Tuesday 26 October 2010

Half Term Fun

I don't know whether it's the time of year, my new job, or that I'm just less organised this term, but I seem to have brought a lot of work home with me this half term. I've spent most of today either marking or planning, and I've still not done everything I need to do.

Today has obviously been the day to crack on with work - we've had a rest for a couple of days, we want a rest at the end of the week and... it's raining. My HOD thought so too, and has sent me 12 emails during the course of the day! So although a day slumped on the sofa with a good book and some Sky Plus was tempting, I knuckled down and made a list.

This is how the list read at 9.30am this morning:

Year 8 APP Marking
Monday Planning
Y11 Media Mock Marking
Media SOW Planning
Y10 Controlled Assessment Marking
Y11 Revision Day Planning
Sort out teaching file
Sort out handbag
Sort out Stanley
Y11 Coursework Folders

I've been good. I've not checked Facebook once. And apart from a long-ish lunch break, I've tried to stay away from distractions.
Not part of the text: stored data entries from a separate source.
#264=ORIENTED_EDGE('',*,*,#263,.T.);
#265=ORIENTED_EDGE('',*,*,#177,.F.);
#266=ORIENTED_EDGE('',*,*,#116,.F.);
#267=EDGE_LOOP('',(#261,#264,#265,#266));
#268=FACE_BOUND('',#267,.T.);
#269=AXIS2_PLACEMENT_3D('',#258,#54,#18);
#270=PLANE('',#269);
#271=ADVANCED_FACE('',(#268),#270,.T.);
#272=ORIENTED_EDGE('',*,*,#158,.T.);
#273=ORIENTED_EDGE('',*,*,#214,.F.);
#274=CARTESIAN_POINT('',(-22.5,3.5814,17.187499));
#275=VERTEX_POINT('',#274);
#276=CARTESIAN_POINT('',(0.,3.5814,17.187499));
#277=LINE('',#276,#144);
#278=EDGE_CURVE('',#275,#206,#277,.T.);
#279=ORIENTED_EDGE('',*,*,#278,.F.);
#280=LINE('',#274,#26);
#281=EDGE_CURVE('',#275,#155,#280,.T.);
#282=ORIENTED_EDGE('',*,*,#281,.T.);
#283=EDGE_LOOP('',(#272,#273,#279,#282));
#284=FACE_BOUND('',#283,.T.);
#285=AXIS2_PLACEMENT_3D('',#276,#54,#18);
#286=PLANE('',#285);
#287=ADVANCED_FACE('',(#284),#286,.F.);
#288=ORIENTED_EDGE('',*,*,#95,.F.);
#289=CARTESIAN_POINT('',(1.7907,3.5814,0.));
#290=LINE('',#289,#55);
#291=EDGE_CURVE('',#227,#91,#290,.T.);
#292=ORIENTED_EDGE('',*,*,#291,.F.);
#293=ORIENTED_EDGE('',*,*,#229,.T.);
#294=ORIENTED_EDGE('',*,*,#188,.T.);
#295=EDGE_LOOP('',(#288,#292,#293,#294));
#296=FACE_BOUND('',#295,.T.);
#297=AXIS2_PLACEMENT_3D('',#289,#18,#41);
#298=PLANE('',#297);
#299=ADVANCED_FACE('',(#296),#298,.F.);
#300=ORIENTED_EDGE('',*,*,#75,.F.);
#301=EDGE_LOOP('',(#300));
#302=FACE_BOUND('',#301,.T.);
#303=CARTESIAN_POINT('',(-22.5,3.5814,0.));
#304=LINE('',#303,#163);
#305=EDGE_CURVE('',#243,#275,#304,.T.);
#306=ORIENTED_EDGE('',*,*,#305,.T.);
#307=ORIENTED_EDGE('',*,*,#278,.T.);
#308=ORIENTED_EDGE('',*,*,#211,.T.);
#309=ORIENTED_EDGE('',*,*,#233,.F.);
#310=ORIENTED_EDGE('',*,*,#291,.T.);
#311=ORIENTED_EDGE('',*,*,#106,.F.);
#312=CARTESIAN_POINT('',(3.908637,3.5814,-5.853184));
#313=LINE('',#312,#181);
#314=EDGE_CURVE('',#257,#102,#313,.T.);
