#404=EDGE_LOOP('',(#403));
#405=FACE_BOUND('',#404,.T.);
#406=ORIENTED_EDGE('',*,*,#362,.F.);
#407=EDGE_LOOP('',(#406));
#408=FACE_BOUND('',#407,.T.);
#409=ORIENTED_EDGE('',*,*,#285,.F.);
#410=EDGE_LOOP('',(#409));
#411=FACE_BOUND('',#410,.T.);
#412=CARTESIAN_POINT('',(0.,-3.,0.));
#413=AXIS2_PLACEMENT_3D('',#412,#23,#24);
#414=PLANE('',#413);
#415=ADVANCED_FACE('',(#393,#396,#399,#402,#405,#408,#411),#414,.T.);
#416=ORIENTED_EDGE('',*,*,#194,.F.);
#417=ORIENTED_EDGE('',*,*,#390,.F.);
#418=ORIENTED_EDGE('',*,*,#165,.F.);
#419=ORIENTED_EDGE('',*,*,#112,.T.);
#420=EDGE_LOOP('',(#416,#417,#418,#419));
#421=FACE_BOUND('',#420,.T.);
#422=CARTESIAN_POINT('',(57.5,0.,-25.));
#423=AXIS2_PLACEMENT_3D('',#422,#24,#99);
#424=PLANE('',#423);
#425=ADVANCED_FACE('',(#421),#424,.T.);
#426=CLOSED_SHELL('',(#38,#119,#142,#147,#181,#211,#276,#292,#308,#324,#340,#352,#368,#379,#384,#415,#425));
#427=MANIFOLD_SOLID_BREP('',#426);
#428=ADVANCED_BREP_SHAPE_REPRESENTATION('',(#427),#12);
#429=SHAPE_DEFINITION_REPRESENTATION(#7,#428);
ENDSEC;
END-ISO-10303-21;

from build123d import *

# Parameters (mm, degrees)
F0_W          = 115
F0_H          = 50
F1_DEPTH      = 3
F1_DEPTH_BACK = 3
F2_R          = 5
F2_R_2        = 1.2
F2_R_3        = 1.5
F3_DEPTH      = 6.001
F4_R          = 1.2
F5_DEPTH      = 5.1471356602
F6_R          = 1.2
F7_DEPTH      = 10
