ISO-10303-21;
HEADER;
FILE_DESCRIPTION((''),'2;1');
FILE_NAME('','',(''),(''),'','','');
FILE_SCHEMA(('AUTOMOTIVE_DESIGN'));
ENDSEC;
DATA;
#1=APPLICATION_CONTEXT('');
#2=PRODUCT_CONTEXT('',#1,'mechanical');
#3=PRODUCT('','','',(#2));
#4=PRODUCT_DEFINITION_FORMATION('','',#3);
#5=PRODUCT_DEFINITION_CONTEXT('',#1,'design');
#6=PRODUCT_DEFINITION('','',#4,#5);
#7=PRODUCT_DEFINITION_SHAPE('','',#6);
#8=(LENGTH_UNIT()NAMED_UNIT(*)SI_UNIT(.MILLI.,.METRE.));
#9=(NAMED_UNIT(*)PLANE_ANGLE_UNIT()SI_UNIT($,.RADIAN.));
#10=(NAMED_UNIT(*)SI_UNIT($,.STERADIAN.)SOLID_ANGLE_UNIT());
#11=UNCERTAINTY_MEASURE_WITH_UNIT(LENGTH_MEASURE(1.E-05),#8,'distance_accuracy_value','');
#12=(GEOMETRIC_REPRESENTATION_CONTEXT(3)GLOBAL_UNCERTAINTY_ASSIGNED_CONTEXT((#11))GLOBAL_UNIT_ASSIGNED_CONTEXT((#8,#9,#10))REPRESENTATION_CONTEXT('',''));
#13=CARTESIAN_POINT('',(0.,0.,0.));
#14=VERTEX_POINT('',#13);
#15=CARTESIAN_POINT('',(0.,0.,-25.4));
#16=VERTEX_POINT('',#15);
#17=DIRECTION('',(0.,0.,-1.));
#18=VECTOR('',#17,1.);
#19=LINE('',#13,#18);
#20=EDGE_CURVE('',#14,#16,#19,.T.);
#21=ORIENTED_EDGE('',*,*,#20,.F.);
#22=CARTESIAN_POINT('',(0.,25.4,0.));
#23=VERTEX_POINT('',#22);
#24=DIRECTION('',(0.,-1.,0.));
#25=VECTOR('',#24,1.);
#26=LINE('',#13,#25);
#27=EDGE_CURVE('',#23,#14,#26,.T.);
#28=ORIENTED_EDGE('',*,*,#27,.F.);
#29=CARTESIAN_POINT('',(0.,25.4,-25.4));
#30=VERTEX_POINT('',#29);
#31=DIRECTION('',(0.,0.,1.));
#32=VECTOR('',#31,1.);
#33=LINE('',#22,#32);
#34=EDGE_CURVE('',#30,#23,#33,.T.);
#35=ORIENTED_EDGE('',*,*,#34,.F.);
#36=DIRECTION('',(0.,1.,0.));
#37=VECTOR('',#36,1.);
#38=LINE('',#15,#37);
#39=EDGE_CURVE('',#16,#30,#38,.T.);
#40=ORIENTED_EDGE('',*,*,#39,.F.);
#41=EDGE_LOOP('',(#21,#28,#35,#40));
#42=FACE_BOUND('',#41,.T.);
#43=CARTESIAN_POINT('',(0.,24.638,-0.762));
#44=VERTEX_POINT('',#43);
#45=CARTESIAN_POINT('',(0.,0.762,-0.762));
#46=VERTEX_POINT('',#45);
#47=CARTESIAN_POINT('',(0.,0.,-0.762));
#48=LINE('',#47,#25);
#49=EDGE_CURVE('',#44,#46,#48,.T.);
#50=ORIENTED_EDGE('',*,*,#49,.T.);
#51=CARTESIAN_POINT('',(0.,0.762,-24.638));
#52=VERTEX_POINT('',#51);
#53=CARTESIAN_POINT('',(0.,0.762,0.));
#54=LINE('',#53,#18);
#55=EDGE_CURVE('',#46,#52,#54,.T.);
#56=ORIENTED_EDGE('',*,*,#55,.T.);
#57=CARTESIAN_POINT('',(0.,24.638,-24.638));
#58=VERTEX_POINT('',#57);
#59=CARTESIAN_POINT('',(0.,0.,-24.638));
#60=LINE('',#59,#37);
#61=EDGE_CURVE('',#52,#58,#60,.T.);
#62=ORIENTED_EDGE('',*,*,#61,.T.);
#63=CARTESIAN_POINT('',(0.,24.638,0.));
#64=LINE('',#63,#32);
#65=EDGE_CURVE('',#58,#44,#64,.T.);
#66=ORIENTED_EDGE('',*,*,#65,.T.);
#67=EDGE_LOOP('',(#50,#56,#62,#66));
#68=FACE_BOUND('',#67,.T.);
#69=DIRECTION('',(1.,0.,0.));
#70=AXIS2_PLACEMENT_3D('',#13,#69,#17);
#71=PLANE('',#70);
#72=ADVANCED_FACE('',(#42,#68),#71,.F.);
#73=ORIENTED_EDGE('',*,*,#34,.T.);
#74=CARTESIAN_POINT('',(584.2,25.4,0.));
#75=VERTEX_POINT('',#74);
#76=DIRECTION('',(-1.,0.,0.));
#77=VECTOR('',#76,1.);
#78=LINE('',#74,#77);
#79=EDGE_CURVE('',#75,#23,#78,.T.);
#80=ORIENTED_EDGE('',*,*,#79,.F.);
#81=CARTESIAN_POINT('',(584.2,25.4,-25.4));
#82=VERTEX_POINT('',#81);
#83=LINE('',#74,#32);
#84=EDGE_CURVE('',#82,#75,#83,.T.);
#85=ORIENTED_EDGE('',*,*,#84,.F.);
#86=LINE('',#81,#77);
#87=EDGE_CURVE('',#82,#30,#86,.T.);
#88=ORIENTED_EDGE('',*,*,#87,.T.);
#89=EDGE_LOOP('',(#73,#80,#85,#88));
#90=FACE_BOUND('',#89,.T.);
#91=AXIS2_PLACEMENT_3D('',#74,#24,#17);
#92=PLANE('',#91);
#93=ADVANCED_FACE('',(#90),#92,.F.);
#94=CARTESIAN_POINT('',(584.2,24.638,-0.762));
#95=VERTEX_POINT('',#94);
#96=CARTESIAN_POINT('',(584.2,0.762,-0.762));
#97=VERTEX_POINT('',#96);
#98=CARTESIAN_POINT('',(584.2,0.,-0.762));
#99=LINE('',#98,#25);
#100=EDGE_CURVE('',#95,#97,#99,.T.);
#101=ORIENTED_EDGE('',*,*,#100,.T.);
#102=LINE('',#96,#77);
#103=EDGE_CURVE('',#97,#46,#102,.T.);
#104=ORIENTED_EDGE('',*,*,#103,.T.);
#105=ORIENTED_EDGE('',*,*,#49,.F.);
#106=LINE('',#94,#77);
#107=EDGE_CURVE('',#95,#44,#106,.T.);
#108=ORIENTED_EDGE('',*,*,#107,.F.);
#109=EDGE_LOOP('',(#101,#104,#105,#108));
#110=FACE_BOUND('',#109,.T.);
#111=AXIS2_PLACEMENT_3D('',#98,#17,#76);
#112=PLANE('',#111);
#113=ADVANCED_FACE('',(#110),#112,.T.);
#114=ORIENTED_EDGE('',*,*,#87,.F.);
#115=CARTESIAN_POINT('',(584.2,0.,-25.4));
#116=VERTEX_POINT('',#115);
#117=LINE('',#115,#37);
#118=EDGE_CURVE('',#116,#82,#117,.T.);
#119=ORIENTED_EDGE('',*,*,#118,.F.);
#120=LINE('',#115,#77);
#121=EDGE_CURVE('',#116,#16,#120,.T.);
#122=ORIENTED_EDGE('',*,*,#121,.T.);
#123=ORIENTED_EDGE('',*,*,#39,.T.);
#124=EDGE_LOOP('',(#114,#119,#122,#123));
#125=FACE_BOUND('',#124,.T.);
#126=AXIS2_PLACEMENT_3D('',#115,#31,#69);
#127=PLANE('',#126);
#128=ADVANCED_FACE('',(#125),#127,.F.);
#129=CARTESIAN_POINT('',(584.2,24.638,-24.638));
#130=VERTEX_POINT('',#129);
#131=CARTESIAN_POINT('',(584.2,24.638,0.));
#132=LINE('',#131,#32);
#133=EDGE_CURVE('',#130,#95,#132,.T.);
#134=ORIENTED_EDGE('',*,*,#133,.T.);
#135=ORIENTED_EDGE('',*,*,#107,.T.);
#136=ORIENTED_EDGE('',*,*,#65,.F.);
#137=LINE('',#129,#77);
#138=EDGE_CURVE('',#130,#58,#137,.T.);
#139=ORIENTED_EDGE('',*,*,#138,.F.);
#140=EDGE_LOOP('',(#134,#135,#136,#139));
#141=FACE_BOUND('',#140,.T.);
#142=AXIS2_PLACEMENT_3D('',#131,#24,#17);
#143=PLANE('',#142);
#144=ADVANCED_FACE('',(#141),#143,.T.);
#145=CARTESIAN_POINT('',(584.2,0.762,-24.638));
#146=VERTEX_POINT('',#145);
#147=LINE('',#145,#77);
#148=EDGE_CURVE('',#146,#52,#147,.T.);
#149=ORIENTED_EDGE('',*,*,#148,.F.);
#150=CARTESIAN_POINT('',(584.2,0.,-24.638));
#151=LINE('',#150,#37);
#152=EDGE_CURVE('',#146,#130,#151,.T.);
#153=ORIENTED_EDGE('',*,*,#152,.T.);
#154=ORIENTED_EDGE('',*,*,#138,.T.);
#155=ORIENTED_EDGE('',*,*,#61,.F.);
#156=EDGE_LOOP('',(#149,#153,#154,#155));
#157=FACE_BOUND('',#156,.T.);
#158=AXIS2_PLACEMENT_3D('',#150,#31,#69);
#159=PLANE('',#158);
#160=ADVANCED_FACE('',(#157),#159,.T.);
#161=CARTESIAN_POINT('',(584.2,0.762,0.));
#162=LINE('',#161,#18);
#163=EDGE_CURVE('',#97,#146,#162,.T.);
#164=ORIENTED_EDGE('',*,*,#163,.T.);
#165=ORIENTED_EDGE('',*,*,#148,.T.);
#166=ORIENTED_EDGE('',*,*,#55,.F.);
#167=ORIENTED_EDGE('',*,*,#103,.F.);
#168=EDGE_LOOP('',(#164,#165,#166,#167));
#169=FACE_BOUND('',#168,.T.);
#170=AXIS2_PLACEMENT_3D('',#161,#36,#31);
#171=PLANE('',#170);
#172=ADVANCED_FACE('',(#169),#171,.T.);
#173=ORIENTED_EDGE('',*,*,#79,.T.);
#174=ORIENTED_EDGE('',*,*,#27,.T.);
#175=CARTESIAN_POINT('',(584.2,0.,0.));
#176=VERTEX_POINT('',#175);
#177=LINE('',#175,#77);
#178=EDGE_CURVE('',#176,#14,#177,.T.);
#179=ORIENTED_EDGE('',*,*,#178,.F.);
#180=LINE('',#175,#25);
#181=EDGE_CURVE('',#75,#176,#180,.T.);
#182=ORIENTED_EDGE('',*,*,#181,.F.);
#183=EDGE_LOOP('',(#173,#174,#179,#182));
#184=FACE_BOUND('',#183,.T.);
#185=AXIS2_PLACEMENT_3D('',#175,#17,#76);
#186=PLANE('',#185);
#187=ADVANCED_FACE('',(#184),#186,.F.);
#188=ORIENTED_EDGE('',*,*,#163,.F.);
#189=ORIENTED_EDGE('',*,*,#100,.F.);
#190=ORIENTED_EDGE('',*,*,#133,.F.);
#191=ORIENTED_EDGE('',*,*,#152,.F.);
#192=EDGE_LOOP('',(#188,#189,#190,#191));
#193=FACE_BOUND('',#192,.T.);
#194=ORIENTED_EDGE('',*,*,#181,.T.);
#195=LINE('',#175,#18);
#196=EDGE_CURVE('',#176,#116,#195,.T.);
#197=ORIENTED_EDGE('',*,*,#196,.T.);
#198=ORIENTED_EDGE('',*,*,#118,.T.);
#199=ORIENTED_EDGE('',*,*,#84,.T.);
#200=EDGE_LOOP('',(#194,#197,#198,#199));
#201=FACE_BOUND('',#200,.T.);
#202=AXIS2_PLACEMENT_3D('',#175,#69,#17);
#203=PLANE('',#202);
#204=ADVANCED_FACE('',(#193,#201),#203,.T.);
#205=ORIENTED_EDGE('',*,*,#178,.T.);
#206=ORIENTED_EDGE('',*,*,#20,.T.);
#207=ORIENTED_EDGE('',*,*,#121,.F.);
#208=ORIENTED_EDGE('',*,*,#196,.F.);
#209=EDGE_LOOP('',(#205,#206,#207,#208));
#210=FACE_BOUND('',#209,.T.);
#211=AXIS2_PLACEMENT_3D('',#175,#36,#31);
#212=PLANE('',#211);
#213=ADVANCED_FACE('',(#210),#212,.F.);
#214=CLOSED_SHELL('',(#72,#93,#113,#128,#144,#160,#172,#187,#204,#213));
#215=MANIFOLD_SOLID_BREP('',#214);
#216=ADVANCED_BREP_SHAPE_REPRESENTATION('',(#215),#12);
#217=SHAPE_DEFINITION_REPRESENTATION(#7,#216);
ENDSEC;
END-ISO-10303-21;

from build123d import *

# Parameters (mm, degrees)
SKETCH1_W           = 25.4
SKETCH1_H           = 25.4
SKETCH1_W_2         = 23.876
SKETCH1_H_2         = 23.876
EXTRUDE_THIN1_DEPTH = 584.2


with BuildPart() as part:
    # Sketch1 → Extrude-Thin1 (new body)
    with BuildSketch(Plane(origin=(0, 0, 0), x_dir=(0, 0, -1), z_dir=(1, 0, 0))):
        with Locations((12.7, 12.7)):
            Rectangle(SKETCH1_W, SKETCH1_H)
        with Locations((12.7, 12.7)):
            Rectangle(SKETCH1_W_2, SKETCH1_H_2, mode=Mode.SUBTRACT)
    extrude(amount=EXTRUDE_THIN1_DEPTH)


solid = part.part
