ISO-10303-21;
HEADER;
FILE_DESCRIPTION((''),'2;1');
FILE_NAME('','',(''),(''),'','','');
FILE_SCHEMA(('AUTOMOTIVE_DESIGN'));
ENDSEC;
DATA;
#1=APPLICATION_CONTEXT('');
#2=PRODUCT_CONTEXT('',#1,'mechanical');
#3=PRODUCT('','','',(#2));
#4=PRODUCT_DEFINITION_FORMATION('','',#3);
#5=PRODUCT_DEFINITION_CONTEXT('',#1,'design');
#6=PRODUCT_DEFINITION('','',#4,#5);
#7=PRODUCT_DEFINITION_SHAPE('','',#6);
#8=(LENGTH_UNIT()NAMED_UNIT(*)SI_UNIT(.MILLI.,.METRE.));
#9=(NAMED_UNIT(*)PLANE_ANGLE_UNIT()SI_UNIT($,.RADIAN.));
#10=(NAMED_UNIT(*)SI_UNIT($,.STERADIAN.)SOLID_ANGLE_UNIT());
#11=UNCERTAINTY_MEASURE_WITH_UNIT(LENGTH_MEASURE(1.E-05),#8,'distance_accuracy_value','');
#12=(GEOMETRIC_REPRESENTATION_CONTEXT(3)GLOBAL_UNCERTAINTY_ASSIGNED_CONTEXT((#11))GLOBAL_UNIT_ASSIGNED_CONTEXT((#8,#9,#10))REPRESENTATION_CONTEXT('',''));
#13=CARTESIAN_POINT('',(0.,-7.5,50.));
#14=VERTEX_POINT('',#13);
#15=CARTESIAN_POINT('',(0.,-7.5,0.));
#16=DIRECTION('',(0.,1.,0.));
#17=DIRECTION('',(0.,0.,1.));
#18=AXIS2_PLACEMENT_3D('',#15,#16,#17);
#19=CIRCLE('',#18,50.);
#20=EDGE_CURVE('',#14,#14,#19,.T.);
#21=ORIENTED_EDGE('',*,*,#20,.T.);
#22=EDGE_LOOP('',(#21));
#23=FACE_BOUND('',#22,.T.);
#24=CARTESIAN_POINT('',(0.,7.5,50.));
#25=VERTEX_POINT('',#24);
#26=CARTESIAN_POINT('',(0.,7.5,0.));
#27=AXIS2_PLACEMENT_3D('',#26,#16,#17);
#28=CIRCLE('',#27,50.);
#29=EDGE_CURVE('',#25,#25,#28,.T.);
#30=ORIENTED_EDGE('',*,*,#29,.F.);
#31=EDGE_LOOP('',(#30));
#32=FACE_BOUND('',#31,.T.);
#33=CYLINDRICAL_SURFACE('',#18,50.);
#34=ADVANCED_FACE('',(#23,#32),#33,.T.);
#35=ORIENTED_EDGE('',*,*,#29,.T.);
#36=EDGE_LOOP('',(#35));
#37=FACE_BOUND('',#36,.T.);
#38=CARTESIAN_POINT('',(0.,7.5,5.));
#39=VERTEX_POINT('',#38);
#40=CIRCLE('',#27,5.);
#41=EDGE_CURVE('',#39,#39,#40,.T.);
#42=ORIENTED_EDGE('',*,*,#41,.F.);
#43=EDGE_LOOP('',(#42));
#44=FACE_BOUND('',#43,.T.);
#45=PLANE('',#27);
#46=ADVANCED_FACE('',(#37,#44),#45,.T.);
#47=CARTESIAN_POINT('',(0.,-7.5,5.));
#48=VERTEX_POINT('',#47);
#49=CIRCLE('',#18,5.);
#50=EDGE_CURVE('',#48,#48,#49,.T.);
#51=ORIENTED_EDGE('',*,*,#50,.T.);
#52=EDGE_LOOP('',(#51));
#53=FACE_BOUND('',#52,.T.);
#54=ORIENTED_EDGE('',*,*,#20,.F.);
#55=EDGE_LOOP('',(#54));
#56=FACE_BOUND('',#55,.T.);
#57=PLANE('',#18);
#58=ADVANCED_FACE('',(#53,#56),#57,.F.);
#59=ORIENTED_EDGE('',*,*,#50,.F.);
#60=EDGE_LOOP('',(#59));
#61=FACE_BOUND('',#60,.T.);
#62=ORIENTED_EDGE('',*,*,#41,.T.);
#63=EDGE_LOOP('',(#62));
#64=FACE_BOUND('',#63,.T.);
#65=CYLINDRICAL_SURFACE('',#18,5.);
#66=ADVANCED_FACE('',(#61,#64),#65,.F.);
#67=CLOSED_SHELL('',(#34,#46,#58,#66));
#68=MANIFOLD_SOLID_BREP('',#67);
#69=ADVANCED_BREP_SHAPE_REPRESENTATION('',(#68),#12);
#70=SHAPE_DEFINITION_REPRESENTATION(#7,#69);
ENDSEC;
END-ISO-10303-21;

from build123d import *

# Parameters (mm, degrees)
SKETCH1_R                = 50
BOSS_EXTRUDE1_DEPTH      = 7.5
BOSS_EXTRUDE1_DEPTH_BACK = 7.5
SKETCH2_R                = 5
CUT_EXTRUDE2_DEPTH       = 8.5
CUT_EXTRUDE2_DEPTH_BACK  = 8.5


with BuildPart() as part:
    # Sketch1 → Boss-Extrude1 (new body, two sides)
    with BuildSketch(Plane(origin=(0, 0, 0), x_dir=(1, 0, 0), z_dir=(0, 1, 0))) as boss_extrude1_sk:
        Circle(SKETCH1_R)
    extrude(amount=BOSS_EXTRUDE1_DEPTH)
    extrude(boss_extrude1_sk.sketch, amount=-BOSS_EXTRUDE1_DEPTH_BACK)

    # Sketch2 → Cut-Extrude2 (cut, two sides)
    with BuildSketch(Plane(origin=(0, 0, 0), x_dir=(1, 0, 0), z_dir=(0, 1, 0))) as cut_extrude2_sk:
        Circle(SKETCH2_R)
    extrude(amount=CUT_EXTRUDE2_DEPTH, mode=Mode.SUBTRACT)
    extrude(cut_extrude2_sk.sketch, amount=-CUT_EXTRUDE2_DEPTH_BACK, mode=Mode.SUBTRACT)


solid = part.part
Despite the fact that I hate marking at home, my to-do list now reads:

Y11 Coursework Folders - they only need the individual scores putting on, I haven't actually got any marking to do...
and Y10 Controlled Assessment marking. I just couldn't face it after all the other marking I had to do.

These jobs will have to be done on another rainy, miserable day. Probably Sunday afternoon, knowing me. But I've broken the back of it.

The thing about working at home during the holidays is that you can do it if you guard yourself against distractions. I tend to find I'm fine as long as I don't start reading that book, or traipsing round the internet looking for 'resources' which I know will be quicker to make myself. If you're working in school, I find, you tend to want to leave, so get less distracted.

The problem is, that you're bringing work home. And that's never a good thing for your work-life balance. We all know how important work-life balance is: if you type 'Teaching' and 'Work-life balance' into Google, you come up with over 6 million hits. 6 million! There are books, courses, articles, advice...

These Top Tips come from Teaching Expertise, and although I don't agree with all of them ('me time'???), I totally agree with number 2.

  1. Think of your day as 24 hours. Decide how much time you are going to spend sleeping, eating, being with family, working, leisure and time for 'me'. This isn't always easy, but try just 10 minutes for yourself at first, and build up.
  2. If you take work home, set times when you will deal with this and be strict about it. Don't get distracted and then allow the work to drag on all night/weekend. Make sure you have a 'stop time' so that you can relax.
  3. Once you've built up on 10 minutes 'for me', try to spend 30 minutes
    just doing nothing. If you can, let your mind drift.
  4. Clear your desk every evening and be less hassled when you get in the next day.
  5. Keep up to date with technological short cuts. Ask your IT department to advise.
  6. Delegate more - be honest, is there anything you can pass to the school office, or the support assistants?
  7. Ban sticky notes from your desk. You'll be distracted and react to them, rather than completing anything.
  8. Refuse to argue over small things. It's a waste of time to bicker and causes more stress in the end.
  9. Above all - strike a balance: work out when you have to give 100% and when just 70% will be OK.